There is a growing number of financial firms that have issued a ban on buying cryptocurrencies using their credit cards. J.P. Morgan, Citigroup, and Bank of America have all prohibited their clients from performing these purchases as they see multiple risks associated with such transactions, Cointelegraph reported.
Now, Wells Fargo has joined this group citing a similar concern. To be specific, the banking juggernauts are apprehensive about the volatility of the market and how people can be easily hooked by its high-risk, high-reward nature.
Indeed, there are already institutions that are treating people addicted to the trading of crypto. The first to ever cater to such patients is Castle Craig Hospital located in Peeblesshire, Scotland, where crypto addicts – as they are referred to – can learn to take control of their unhealthy trading tendencies.

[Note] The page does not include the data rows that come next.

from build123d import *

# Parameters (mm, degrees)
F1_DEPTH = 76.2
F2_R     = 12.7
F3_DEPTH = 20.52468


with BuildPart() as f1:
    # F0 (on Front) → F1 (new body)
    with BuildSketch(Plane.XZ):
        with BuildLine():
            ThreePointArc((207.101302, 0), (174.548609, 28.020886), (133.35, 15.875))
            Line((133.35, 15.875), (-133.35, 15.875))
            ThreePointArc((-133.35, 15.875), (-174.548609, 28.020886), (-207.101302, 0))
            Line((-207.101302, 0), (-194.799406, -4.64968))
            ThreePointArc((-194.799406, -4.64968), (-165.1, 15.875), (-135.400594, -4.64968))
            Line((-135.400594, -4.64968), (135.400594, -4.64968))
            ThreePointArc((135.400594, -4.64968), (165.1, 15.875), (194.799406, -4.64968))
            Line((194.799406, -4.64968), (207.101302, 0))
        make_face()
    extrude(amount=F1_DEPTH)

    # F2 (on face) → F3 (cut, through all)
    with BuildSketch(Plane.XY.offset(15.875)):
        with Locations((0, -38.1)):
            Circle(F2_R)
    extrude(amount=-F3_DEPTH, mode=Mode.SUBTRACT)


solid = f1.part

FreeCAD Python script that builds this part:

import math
import FreeCAD as App
import Part
import Sketcher
Q = App.Units.Quantity

doc = App.newDocument("Part")
params = doc.addObject("Spreadsheet::Sheet", "Params")
for row, (alias, value) in enumerate([
    ("sketch1_radius", "1.25 in"),
    ("sketch1_width", "10.5 in"),
    ("sketch1_height", "1.25 in"),
    ("pad1_length", "3 in"),
    ("sketch2_diameter", "1 in"),
], start=1):
    params.set(f"A{row}", alias)
    params.set(f"B{row}", "=" + value)
    params.setAlias(f"B{row}", alias)

body = doc.addObject("PartDesign::Body", "Body")

sketch1 = doc.addObject("Sketcher::SketchObject", "Sketch")
body.addObject(sketch1)
sketch1.AttachmentSupport = (doc.XZ_Plane, [""])
sketch1.MapMode = "FlatFace"
sketch1.addGeometry([
    Part.ArcOfCircle(Part.Circle(App.Vector(165.1, -15.874999, 0), App.Vector(0, 0, 1), 44.90128), math.radians(20.70481), math.radians(135.000001)),
    Part.LineSegment(App.Vector(133.35, 15.875, 0), App.Vector(-133.35, 15.875, 0)),
    Part.ArcOfCircle(Part.Circle(App.Vector(-165.1, -15.874999, 0), App.Vector(0, 0, 1), 44.90128), math.radians(44.999999), math.radians(159.29519)),
    Part.LineSegment(App.Vector(-207.101302, 0, 0), App.Vector(-194.799406, -4.64968, 0)),
    Part.ArcOfCircle(Part.Circle(App.Vector(-165.1, -15.875001, 0), App.Vector(0, 0, 1), 31.750001), math.radians(20.704812), math.radians(159.295188)),
    Part.LineSegment(App.Vector(-135.400594, -4.64968, 0), App.Vector(135.400594, -4.64968, 0)),
    Part.ArcOfCircle(Part.Circle(App.Vector(165.1, -15.875001, 0), App.Vector(0, 0, 1), 31.750001), math.radians(20.704812), math.radians(159.295188)),
    Part.LineSegment(App.Vector(194.799406, -4.64968, 0), App.Vector(207.101302, 0, 0)),
], False)
sketch1.addConstraint([
    Sketcher.Constraint("Coincident", 0, 2, 1, 1),
    Sketcher.Constraint("Coincident", 1, 2, 2, 1),
    Sketcher.Constraint("Coincident", 2, 2, 3, 1),
    Sketcher.Constraint("Coincident", 3, 2, 4, 2),
    Sketcher.Constraint("Coincident", 4, 1, 5, 1),
    Sketcher.Constraint("Coincident", 5, 2, 6, 2),
    Sketcher.Constraint("Coincident", 6, 1, 7, 1),
    Sketcher.Constraint("Coincident", 7, 2, 0, 1),
    Sketcher.Constraint("Horizontal", 1),
    Sketcher.Constraint("Horizontal", 5),
    Sketcher.Constraint("Coincident", 4, 3, 2, 3),
    Sketcher.Constraint("Coincident", 6, 3, 0, 3),
    Sketcher.Constraint("Equal", 0, 2),
    Sketcher.Constraint("Equal", 4, 6),
    Sketcher.Constraint("Symmetric", 2, 2, 7, 2, -1, 1),
    Sketcher.Constraint("Symmetric", 0, 3, 2, 3, -2),
    Sketcher.Constraint("Horizontal", 3, 2, 4, 1),
    Sketcher.Constraint("Horizontal", 5, 2, 6, 1),
    Sketcher.Constraint("Radius", 4, Q("1.25 in")),
    Sketcher.Constraint("DistanceX", 1, 2, 1, 1, Q("10.5 in")),
    Sketcher.Constraint("DistanceX", 2, 3, 0, 3, Q("13 in")),
    Sketcher.Constraint("DistanceY", 0, 3, 0, 2, Q("1.25 in")),
    Sketcher.Constraint("DistanceY", 0, 3, -1, 1, Q("0.625 in")),
    Sketcher.Constraint("DistanceX", 5, 1, 5, 2, 270.801188),
])
sketch1.setExpression("Constraints[18]", "Params.sketch1_radius")
sketch1.setExpression("Constraints[19]", "Params.sketch1_width")
sketch1.setExpression("Constraints[21]", "Params.sketch1_height")
pad1 = doc.addObject("PartDesign::Pad", "Pad")
body.addObject(pad1)
pad1.Profile = sketch1
pad1.setExpression("Length", "Params.pad1_length")

sketch2 = doc.addObject("Sketcher::SketchObject", "Sketch001")
body.addObject(sketch2)
sketch2.AttachmentSupport = (doc.XY_Plane, [""])
sketch2.MapMode = "FlatFace"
sketch2.AttachmentOffset = App.Placement(App.Vector(0, 0, 0.625 * 25.4), App.Rotation())
sketch2.addGeometry(Part.Circle(App.Vector(0, -38.1, 0), App.Vector(0, 0, 1), 12.7), False)
sketch2.addConstraint([
    Sketcher.Constraint("PointOnObject", 0, 3, -2),
    Sketcher.Constraint("Diameter", 0, Q("1 in")),
    Sketcher.Constraint("DistanceY", 0, 3, -1, 1, Q("1.5 in")),
])
sketch2.setExpression("Constraints[1]", "Params.sketch2_diameter")
pocket1 = doc.addObject("PartDesign::Pocket", "Pocket")
body.addObject(pocket1)
pocket1.Profile = sketch2
pocket1.Type = "ThroughAll"

doc.recompute()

Experts are tailoring the treatments after those used with gambling addicts as they’re seeing similar behavior in affected individuals. Crypto addicts have developed a detrimental habit of monitoring the rise and fall of cryptocurrency they invested in, checking their phones or computers constantly.
“The high risk, fluctuating cryptocurrency market appeals to the problem gambler. It provides excitement and an escape from reality. Bitcoin, for example, has been heavily traded and huge gains and losses were made. It’s a classic bubble situation,” said Chris Burn, a gambling therapist.
A study published last year by online marketplace LendEDU yielded data that 18 percent of credit card owners used their card to purchase Bitcoin. Of that number, 22 percent ended up not being able to pay for their loans, resulting in losses for the bank.
Data on the crypto market shows that this nascent industry is losing its appeal to investors as cryptocurrencies are suffering a drop in value. As of this writing, Bitcoin has now fallen to $6,844 following a devastating blow during the weekend partly due to a scare caused by a hacking incident that hit a small South Korean exchange.